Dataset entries
-*-
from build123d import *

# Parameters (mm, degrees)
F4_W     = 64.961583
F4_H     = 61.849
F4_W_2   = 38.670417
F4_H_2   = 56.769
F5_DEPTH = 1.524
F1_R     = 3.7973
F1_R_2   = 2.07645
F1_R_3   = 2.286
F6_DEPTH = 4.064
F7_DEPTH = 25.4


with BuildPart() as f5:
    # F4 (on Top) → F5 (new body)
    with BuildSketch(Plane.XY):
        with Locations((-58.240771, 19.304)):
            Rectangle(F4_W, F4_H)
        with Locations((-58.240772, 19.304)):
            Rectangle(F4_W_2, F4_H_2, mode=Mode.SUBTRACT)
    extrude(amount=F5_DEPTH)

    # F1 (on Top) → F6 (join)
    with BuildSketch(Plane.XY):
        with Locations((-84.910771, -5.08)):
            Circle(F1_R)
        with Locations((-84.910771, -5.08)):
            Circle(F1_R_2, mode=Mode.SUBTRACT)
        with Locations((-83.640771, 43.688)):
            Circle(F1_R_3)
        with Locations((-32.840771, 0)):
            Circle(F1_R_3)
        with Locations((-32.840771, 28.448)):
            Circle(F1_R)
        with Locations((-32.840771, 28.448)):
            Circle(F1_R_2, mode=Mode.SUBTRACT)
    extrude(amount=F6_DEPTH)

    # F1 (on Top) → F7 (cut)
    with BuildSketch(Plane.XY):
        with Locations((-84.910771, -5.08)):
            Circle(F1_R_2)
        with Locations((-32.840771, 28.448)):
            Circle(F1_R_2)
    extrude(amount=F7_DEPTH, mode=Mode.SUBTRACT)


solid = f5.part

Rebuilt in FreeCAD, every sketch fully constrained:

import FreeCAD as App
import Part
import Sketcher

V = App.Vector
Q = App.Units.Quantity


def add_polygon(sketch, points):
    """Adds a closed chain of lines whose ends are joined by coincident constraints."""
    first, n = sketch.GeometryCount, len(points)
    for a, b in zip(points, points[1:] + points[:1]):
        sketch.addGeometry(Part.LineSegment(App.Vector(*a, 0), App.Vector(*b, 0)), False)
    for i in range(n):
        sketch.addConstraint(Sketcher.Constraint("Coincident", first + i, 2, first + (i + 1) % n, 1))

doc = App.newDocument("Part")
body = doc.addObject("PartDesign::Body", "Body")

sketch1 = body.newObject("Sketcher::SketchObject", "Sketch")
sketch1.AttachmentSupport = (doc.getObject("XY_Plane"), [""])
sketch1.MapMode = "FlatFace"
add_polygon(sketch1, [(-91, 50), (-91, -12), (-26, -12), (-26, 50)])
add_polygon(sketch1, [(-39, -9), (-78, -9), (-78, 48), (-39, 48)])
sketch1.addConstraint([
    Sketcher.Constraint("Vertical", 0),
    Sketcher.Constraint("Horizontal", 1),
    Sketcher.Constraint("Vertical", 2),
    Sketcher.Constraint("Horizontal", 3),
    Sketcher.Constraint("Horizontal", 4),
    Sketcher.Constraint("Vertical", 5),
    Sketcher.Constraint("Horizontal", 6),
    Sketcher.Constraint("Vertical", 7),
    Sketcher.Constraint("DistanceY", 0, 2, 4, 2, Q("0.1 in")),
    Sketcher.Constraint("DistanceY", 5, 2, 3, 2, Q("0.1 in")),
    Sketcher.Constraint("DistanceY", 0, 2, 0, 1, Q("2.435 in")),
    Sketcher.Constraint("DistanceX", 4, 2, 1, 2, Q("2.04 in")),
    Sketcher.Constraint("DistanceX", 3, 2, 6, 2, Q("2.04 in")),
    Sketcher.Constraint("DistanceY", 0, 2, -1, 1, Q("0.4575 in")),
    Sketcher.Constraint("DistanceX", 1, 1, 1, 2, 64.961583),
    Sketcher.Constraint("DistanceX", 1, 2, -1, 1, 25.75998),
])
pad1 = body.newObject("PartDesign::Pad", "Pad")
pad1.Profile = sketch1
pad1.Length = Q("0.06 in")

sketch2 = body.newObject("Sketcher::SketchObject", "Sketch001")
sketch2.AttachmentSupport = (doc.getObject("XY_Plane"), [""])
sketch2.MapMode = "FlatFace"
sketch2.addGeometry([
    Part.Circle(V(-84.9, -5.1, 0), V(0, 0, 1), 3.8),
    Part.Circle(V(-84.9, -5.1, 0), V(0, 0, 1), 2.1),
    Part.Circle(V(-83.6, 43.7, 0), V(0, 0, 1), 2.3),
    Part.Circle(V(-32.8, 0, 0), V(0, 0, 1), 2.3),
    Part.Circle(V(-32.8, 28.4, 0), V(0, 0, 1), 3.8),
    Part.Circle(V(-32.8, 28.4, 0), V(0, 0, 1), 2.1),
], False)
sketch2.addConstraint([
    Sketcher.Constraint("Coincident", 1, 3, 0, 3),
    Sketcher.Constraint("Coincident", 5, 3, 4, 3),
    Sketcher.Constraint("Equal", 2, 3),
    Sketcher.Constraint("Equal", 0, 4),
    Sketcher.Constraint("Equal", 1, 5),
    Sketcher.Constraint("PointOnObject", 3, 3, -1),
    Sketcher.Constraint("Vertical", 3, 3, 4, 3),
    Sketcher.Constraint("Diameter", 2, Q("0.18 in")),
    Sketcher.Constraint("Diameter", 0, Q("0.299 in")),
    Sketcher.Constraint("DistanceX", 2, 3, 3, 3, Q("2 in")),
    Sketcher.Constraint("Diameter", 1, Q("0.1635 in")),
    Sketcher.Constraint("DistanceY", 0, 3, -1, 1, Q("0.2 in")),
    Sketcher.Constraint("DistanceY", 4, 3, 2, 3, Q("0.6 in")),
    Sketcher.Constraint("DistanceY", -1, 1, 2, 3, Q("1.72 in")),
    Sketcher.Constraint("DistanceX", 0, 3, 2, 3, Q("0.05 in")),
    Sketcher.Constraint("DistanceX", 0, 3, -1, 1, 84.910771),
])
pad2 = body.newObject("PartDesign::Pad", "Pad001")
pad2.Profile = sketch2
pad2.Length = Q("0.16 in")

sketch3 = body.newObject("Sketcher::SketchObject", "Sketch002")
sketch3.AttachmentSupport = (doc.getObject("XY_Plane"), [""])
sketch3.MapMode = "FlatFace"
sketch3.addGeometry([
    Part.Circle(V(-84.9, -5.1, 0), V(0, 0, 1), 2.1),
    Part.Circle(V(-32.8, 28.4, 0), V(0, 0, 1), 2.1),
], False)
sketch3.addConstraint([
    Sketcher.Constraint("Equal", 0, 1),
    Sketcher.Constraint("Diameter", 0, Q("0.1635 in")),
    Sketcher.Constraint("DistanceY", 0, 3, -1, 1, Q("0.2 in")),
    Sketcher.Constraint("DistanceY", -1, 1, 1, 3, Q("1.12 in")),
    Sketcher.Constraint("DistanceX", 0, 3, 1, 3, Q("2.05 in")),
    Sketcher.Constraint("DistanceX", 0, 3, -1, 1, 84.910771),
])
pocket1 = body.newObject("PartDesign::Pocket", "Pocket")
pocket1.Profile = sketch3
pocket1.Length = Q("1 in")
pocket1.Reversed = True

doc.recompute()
-*-
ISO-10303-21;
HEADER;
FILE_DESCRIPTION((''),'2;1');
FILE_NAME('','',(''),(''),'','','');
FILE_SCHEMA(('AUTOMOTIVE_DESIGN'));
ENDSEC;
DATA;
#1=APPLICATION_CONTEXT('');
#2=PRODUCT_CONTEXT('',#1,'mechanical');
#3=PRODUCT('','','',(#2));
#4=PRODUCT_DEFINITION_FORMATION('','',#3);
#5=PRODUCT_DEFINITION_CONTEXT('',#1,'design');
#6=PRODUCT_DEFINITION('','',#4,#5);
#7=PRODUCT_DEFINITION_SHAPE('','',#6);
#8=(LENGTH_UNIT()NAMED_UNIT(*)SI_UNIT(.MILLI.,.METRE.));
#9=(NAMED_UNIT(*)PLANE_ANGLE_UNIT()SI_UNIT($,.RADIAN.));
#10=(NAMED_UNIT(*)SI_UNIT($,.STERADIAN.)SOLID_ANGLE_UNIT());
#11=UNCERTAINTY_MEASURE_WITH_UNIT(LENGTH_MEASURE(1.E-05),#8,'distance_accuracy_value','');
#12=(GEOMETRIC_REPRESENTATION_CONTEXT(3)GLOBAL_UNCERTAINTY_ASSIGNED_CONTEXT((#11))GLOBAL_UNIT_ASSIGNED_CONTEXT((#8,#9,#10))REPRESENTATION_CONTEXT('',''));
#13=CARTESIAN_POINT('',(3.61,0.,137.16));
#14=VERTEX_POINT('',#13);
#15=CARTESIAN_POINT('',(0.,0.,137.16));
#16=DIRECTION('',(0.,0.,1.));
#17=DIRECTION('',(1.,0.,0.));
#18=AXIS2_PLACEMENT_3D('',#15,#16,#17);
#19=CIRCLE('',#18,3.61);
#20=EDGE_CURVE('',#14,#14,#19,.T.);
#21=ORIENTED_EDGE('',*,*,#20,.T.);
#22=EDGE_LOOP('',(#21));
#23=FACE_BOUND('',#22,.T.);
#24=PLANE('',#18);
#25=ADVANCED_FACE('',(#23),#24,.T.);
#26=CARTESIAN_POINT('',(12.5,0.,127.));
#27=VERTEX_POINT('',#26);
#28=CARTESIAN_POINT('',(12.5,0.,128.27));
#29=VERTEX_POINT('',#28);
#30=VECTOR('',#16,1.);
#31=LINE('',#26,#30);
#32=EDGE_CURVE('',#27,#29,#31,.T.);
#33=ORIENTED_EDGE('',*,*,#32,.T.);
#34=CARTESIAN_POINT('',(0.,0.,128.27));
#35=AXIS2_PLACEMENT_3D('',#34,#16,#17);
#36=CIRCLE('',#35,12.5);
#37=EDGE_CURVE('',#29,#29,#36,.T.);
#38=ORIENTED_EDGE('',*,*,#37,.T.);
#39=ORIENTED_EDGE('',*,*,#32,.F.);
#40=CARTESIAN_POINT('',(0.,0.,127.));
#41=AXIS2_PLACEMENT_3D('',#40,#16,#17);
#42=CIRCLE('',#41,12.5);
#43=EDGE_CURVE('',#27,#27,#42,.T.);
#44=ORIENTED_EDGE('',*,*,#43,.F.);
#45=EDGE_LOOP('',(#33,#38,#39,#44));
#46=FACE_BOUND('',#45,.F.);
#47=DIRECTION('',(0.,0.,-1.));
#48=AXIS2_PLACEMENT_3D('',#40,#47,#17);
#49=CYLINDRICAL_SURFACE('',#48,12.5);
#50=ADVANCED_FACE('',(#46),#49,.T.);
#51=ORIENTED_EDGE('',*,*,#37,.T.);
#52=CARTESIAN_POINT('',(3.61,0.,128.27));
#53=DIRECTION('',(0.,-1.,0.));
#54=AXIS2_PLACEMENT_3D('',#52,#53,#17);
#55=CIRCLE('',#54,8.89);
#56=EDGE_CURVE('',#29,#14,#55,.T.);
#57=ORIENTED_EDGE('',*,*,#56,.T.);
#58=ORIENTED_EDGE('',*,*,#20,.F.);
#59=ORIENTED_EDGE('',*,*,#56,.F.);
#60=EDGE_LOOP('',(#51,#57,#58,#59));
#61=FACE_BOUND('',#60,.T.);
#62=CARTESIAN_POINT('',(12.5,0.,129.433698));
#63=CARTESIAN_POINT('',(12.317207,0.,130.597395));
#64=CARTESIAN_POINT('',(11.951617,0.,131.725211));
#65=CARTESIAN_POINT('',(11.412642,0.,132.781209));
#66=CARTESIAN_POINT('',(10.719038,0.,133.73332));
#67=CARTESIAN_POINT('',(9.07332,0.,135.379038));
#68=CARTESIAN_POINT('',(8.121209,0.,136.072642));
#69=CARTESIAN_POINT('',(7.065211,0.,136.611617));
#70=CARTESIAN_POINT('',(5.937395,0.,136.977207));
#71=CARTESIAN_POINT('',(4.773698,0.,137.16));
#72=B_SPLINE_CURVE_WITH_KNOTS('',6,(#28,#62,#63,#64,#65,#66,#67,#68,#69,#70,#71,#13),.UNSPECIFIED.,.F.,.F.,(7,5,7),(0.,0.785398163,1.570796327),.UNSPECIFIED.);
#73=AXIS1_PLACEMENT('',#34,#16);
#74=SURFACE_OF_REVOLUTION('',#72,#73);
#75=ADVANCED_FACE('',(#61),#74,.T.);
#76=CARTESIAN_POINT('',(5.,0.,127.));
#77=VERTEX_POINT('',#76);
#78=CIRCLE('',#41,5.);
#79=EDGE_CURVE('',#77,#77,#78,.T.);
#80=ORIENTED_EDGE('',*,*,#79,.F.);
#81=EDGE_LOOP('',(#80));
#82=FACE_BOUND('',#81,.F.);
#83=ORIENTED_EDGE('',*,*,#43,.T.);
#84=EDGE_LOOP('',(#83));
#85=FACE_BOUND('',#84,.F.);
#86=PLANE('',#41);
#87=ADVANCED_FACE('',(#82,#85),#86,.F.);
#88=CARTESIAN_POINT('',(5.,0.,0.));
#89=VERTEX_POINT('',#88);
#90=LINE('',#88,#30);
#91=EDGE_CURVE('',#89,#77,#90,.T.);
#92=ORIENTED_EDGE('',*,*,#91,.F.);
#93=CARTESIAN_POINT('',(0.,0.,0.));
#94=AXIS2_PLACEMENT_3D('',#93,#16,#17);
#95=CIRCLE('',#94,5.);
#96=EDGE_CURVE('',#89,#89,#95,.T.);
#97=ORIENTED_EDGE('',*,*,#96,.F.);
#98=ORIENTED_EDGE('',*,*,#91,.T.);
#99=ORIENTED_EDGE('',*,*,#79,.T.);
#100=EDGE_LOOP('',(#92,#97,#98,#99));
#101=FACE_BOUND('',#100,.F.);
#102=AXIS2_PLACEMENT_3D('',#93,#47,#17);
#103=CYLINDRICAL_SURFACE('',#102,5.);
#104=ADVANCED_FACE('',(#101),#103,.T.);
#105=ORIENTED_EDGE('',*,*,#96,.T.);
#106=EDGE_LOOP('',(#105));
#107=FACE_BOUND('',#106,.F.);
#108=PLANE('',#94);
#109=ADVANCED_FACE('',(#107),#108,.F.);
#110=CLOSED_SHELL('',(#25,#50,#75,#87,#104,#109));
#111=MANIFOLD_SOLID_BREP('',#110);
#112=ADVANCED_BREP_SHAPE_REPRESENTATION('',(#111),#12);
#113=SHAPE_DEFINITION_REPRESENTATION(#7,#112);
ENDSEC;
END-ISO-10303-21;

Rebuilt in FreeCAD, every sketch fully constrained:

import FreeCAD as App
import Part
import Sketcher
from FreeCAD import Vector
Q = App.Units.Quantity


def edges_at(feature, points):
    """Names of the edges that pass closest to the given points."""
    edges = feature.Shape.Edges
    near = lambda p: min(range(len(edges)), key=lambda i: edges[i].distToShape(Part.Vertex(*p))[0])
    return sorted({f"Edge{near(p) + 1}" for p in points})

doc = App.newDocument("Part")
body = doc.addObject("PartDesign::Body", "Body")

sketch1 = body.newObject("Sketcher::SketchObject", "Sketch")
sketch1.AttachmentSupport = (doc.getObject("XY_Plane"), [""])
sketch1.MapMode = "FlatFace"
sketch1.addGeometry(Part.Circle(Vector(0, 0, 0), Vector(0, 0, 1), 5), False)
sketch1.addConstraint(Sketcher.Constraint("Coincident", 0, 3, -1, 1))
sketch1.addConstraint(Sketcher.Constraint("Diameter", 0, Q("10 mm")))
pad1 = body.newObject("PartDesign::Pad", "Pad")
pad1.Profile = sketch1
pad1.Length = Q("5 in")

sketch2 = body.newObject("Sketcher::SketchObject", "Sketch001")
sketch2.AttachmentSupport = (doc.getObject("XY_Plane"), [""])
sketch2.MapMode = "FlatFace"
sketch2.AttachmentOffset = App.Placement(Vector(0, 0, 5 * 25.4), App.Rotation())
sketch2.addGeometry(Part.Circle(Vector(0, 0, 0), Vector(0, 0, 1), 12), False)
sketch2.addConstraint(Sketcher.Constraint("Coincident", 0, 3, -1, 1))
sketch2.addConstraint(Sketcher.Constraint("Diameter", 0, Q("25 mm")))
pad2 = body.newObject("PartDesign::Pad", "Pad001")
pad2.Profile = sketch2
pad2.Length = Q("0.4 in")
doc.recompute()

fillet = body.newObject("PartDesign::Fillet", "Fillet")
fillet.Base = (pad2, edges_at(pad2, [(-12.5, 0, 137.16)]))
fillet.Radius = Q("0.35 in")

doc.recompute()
-*-
- _EXERCISE AIM_:
Among the lines above, repeat exactly those from the line with "#58=ORIENTED_EDGE('',*,*,#20,.F.);" to the line with "#106=EDGE_LOOP('',(#105));", counting both ends.

- _RESPONSE AREA_:
#58=ORIENTED_EDGE('',*,*,#20,.F.);
#59=ORIENTED_EDGE('',*,*,#56,.F.);
#60=EDGE_LOOP('',(#51,#57,#58,#59));
#61=FACE_BOUND('',#60,.T.);
#62=CARTESIAN_POINT('',(12.5,0.,129.433698));
#63=CARTESIAN_POINT('',(12.317207,0.,130.597395));
#64=CARTESIAN_POINT('',(11.951617,0.,131.725211));
#65=CARTESIAN_POINT('',(11.412642,0.,132.781209));
#66=CARTESIAN_POINT('',(10.719038,0.,133.73332));
#67=CARTESIAN_POINT('',(9.07332,0.,135.379038));
#68=CARTESIAN_POINT('',(8.121209,0.,136.072642));
#69=CARTESIAN_POINT('',(7.065211,0.,136.611617));
#70=CARTESIAN_POINT('',(5.937395,0.,136.977207));
#71=CARTESIAN_POINT('',(4.773698,0.,137.16));
#72=B_SPLINE_CURVE_WITH_KNOTS('',6,(#28,#62,#63,#64,#65,#66,#67,#68,#69,#70,#71,#13),.UNSPECIFIED.,.F.,.F.,(7,5,7),(0.,0.785398163,1.570796327),.UNSPECIFIED.);
#73=AXIS1_PLACEMENT('',#34,#16);
#74=SURFACE_OF_REVOLUTION('',#72,#73);
#75=ADVANCED_FACE('',(#61),#74,.T.);
#76=CARTESIAN_POINT('',(5.,0.,127.));
#77=VERTEX_POINT('',#76);
#78=CIRCLE('',#41,5.);
#79=EDGE_CURVE('',#77,#77,#78,.T.);
#80=ORIENTED_EDGE('',*,*,#79,.F.);
#81=EDGE_LOOP('',(#80));
#82=FACE_BOUND('',#81,.F.);
#83=ORIENTED_EDGE('',*,*,#43,.T.);
#84=EDGE_LOOP('',(#83));
#85=FACE_BOUND('',#84,.F.);
#86=PLANE('',#41);
#87=ADVANCED_FACE('',(#82,#85),#86,.F.);
#88=CARTESIAN_POINT('',(5.,0.,0.));
#89=VERTEX_POINT('',#88);
#90=LINE('',#88,#30);
#91=EDGE_CURVE('',#89,#77,#90,.T.);
#92=ORIENTED_EDGE('',*,*,#91,.F.);
#93=CARTESIAN_POINT('',(0.,0.,0.));
#94=AXIS2_PLACEMENT_3D('',#93,#16,#17);
#95=CIRCLE('',#94,5.);
#96=EDGE_CURVE('',#89,#89,#95,.T.);
#97=ORIENTED_EDGE('',*,*,#96,.F.);
#98=ORIENTED_EDGE('',*,*,#91,.T.);
#99=ORIENTED_EDGE('',*,*,#79,.T.);
#100=EDGE_LOOP('',(#92,#97,#98,#99));
#101=FACE_BOUND('',#100,.F.);
#102=AXIS2_PLACEMENT_3D('',#93,#47,#17);
#103=CYLINDRICAL_SURFACE('',#102,5.);
#104=ADVANCED_FACE('',(#101),#103,.T.);
#105=ORIENTED_EDGE('',*,*,#96,.T.);
#106=EDGE_LOOP('',(#105));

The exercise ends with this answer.